To start the background sketch out of just mentally visualise where yous like ledges and "rocks"
Once you've got a good design or plan laid out you can start cutting the foam chunks for form the base of our rocks. This saves on expanding foam later.
Take your cut foam chunks and put them into place gluing with aquarium sealant. Once the sealant is dry we are going to move onto the expanding foam.
Cover the whole back wall and any side out cropping or areas you want to later be "rock" Once the foam is in place I then add my plant pots by pushing them down into it and any bark or surface details I want in the final wall. These will be swallowed up and hidden as the foam expands. It expands A LOT so don't think "Hmm not enough" and adding more as you'll be surprised later. Also don't worry about the look as we will be carving it to shape once drive and exposing those plant pots.
The carving step is your chance to really give your back wall some shape and make it look like rocks and hollows. You can see the difference in the pictures. To carve the foam I just used a bread knife, I found this worked best.
Step 3: Step 3: Concreting the Background.
Now we have a fantastic blank canvas background shape. Lets take it beyond the standard foam vivarium! That's been done to death already!

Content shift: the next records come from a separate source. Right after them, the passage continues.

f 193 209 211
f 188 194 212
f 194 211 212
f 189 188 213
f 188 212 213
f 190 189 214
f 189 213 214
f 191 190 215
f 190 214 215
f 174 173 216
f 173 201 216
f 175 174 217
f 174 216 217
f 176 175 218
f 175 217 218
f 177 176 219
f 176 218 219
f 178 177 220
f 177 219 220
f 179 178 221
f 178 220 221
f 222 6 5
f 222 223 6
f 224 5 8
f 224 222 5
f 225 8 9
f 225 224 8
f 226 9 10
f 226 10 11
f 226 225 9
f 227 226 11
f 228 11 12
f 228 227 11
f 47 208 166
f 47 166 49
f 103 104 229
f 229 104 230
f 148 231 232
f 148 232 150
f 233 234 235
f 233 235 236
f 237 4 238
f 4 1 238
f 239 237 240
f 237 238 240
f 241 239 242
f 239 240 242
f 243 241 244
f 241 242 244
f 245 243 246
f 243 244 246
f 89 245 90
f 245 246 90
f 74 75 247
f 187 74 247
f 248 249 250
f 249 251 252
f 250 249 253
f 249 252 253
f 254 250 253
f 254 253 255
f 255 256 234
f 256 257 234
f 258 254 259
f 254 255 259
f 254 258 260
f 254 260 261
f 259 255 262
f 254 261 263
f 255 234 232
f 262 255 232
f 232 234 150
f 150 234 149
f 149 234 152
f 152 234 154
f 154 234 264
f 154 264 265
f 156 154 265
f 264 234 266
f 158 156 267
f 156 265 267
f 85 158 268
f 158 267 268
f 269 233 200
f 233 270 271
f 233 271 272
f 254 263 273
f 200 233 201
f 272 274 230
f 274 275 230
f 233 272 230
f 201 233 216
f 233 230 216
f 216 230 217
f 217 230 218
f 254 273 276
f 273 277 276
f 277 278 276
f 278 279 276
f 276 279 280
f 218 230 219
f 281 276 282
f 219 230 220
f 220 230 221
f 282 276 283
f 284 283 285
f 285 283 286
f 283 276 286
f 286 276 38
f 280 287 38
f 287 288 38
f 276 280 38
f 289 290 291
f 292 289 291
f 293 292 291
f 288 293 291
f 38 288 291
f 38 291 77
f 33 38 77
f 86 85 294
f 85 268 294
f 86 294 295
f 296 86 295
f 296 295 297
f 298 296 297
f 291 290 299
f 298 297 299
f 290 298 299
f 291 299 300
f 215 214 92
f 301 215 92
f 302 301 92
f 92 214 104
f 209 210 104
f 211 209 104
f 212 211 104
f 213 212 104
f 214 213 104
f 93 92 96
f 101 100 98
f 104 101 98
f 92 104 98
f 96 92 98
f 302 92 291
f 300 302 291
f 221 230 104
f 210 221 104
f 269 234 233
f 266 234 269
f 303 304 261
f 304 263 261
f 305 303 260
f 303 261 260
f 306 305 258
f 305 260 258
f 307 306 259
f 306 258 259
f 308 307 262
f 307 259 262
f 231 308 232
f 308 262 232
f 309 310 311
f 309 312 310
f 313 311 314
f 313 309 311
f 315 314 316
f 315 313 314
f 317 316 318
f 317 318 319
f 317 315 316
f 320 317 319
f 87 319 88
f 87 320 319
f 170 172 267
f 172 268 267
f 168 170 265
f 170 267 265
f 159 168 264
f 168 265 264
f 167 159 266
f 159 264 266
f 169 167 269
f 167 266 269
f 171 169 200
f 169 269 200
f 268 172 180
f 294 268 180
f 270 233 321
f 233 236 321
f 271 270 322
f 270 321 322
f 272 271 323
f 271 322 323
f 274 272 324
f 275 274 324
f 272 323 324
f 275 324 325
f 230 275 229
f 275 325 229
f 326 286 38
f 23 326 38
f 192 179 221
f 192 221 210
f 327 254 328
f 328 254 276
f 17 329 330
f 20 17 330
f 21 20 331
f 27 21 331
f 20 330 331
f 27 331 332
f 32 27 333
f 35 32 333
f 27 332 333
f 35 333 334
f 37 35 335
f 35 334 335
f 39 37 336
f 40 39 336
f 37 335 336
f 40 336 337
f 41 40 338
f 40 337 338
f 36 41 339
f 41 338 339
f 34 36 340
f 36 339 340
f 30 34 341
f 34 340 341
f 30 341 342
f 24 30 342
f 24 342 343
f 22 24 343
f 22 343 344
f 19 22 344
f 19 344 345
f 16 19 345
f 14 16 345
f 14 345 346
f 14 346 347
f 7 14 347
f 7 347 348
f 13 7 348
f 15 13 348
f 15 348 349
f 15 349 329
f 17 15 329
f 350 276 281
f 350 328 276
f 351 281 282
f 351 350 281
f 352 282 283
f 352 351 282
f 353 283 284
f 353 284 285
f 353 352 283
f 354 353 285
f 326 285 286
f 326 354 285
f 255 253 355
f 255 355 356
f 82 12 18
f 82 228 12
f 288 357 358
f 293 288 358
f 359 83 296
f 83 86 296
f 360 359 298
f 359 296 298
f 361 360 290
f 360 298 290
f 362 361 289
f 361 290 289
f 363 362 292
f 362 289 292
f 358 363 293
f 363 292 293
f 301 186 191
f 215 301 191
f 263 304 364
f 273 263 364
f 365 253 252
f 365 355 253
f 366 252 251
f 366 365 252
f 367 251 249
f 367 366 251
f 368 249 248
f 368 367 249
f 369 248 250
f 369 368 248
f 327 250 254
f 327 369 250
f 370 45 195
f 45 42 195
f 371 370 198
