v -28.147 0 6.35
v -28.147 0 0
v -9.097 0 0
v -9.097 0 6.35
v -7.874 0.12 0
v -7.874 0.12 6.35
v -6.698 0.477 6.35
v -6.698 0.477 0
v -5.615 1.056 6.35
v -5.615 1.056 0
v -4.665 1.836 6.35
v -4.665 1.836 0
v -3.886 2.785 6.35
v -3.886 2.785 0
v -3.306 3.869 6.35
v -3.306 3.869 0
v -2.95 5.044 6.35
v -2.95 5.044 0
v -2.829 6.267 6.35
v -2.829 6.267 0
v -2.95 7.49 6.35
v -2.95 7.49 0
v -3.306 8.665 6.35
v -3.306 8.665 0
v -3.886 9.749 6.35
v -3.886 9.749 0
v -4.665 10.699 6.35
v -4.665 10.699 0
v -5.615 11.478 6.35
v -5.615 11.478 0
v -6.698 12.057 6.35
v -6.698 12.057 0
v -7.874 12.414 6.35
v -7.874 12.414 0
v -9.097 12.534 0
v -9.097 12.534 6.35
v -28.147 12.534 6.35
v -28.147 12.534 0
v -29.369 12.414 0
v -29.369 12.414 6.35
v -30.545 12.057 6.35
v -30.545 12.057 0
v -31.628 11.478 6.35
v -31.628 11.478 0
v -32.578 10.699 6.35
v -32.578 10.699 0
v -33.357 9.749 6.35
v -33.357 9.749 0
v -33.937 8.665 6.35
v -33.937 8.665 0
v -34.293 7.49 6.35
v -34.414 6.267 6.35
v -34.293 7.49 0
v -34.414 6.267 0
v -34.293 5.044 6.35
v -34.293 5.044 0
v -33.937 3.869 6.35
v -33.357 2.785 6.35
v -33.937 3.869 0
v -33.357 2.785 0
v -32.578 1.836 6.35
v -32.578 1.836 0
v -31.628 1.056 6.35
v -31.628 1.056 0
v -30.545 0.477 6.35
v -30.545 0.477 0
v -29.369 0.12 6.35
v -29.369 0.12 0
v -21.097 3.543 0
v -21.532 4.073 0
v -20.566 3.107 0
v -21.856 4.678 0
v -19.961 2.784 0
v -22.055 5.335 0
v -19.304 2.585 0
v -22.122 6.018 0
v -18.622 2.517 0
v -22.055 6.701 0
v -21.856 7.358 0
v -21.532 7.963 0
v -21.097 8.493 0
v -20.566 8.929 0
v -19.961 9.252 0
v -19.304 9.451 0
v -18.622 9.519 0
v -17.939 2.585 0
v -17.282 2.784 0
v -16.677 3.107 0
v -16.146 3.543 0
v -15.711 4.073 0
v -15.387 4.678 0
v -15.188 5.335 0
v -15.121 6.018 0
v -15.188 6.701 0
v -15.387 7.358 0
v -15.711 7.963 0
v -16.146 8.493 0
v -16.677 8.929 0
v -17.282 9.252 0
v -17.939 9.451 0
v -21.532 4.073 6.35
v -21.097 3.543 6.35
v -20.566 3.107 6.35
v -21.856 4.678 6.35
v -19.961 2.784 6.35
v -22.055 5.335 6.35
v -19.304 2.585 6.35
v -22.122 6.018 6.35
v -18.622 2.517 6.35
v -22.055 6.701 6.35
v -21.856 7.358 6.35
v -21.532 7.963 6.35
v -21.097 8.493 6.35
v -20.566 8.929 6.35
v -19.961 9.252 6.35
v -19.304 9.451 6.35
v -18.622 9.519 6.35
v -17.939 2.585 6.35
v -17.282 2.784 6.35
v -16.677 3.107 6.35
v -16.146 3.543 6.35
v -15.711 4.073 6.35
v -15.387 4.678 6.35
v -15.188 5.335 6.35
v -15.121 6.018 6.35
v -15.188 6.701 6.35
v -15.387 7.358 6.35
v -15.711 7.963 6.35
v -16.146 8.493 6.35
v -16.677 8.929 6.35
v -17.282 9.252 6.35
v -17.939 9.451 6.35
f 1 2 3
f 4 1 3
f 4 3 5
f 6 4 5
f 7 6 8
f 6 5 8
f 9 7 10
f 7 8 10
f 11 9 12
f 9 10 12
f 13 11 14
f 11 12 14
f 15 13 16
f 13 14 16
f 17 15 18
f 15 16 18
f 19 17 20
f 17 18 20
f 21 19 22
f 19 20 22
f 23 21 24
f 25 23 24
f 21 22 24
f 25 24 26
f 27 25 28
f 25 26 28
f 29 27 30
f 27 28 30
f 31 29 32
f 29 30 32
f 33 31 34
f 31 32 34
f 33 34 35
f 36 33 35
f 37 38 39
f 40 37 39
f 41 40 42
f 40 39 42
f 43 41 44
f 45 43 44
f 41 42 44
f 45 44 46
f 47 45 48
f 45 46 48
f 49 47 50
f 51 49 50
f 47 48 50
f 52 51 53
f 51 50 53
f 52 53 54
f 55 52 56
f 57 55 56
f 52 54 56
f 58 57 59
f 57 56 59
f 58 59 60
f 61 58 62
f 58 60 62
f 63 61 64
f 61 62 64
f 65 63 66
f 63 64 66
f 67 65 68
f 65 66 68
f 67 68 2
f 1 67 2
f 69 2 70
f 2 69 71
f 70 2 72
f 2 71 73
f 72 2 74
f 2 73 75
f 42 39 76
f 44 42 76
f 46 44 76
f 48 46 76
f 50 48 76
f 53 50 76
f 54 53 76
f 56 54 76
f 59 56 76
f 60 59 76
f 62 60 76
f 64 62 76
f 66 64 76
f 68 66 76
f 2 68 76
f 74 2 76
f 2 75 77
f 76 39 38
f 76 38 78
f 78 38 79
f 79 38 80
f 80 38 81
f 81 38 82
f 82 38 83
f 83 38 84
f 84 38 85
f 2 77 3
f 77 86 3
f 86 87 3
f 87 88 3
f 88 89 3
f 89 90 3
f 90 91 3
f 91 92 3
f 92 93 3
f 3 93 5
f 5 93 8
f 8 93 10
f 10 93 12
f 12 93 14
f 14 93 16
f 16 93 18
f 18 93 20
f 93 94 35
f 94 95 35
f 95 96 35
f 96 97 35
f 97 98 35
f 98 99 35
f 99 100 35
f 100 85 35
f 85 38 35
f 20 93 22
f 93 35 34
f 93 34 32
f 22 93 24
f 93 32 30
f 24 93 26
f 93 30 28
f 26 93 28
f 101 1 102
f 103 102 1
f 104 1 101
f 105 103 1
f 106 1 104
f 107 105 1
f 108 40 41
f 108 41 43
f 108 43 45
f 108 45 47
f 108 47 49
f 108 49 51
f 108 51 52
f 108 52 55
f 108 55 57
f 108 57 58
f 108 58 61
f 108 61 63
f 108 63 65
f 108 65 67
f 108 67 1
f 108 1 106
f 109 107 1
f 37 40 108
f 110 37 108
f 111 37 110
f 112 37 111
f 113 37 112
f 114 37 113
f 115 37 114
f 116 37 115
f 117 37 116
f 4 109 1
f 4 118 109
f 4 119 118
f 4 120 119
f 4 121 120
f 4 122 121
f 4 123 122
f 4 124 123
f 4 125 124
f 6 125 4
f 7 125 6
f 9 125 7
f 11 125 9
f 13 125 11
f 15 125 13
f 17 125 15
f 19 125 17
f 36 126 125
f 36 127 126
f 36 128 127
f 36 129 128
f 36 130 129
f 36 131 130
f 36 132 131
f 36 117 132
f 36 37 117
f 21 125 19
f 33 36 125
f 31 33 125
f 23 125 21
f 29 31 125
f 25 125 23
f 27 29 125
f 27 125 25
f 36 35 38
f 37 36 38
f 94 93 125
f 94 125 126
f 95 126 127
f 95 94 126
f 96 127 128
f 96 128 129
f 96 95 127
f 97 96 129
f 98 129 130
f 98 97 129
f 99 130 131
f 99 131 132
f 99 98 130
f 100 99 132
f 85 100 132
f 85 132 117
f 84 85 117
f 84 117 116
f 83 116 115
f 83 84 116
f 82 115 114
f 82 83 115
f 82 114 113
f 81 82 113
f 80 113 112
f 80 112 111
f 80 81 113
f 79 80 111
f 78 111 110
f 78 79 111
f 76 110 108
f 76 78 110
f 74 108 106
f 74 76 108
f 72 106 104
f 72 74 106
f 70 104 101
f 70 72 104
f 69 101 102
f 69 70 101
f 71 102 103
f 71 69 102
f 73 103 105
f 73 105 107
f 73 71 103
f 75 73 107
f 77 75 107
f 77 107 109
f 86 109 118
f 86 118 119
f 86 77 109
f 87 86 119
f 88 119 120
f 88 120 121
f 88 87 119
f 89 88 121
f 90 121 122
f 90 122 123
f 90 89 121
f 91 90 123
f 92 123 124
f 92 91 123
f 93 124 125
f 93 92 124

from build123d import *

# Parameters (mm, degrees)
F0_R     = 3.500564
F1_DEPTH = 6.35


with BuildPart() as f1:
    # F0 (on Top) → F1 (new body)
    with BuildSketch(Plane.XY):
        with BuildLine():
            Line((-9.096524, 12.534158), (-28.146524, 12.534158))
            ThreePointArc((-28.146524, 12.534158), (-34.413602, 6.267079), (-28.146524, 0))
            Line((-28.146524, 0), (-9.096524, 0))
            ThreePointArc((-9.096524, 0), (-2.829445, 6.267079), (-9.096524, 12.534158))
        make_face()
        with Locations((-18.621524, 6.01799)):
            Circle(F0_R, mode=Mode.SUBTRACT)
    extrude(amount=F1_DEPTH)


solid = f1.part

As I didn't want a solid grey background this is where i used the coco fibre. Mix your concrete according to the instruction with your bag. I had 2 different brands and both differed so I wont go into that. Except to say for the colour i got on my background I replaced half the sand with coco fibre. Wear rubber gloves and a dust mask when mixing!
This sand/coco fibre gave a really nice fibrous brown grey mix. Mix in small batches and make it reasonably thick so you can mould it onto your foam shapes.
When drying keep misting the concrete to keep it moist. If the concrete drys too fast it WILL crack. I heavily misted every so often or when it looked a a bit dry (the colour changes)
Step 4: Step 4: Decorating and Planting
Once the concrete was dry I moved onto surface decoration and other tank features such as drift wood etc etc. This is more personal preference and will differ depending on the species you're keeping.
But to decorate the surface I smeared black aquarium silicon onto certain areas then forced moss and coco fibre down into it. Once the silicon has dried use a stif brush to remove any excess that hasn't stuck.
The base is them lined with the black bag or pond liner. This cut to shape then glued/sealed in place with the aquarium sealant. This is a second barrier as we already sealed it earlier on. Then fill half your base with clay balls for drainage then lay another sheet of black bag on top. On top of this add your potting soil. Be sure to use one with out added fertiliser. Once its in place pat it down and then get a fork and ram it down through the second black bag layer to create drainage holes.
Once your planted and decorated the vivarium measure and cut your vivarium glass sliders and glue with the aquarium sealant to the top and bottom plinths and insert your glass.
I made a custom LED light using 4 10w LED's and an old pc heat sink and pc fan as an extractor to keep air flowing. These are easy to make and have many Instructables on the subject on the site already.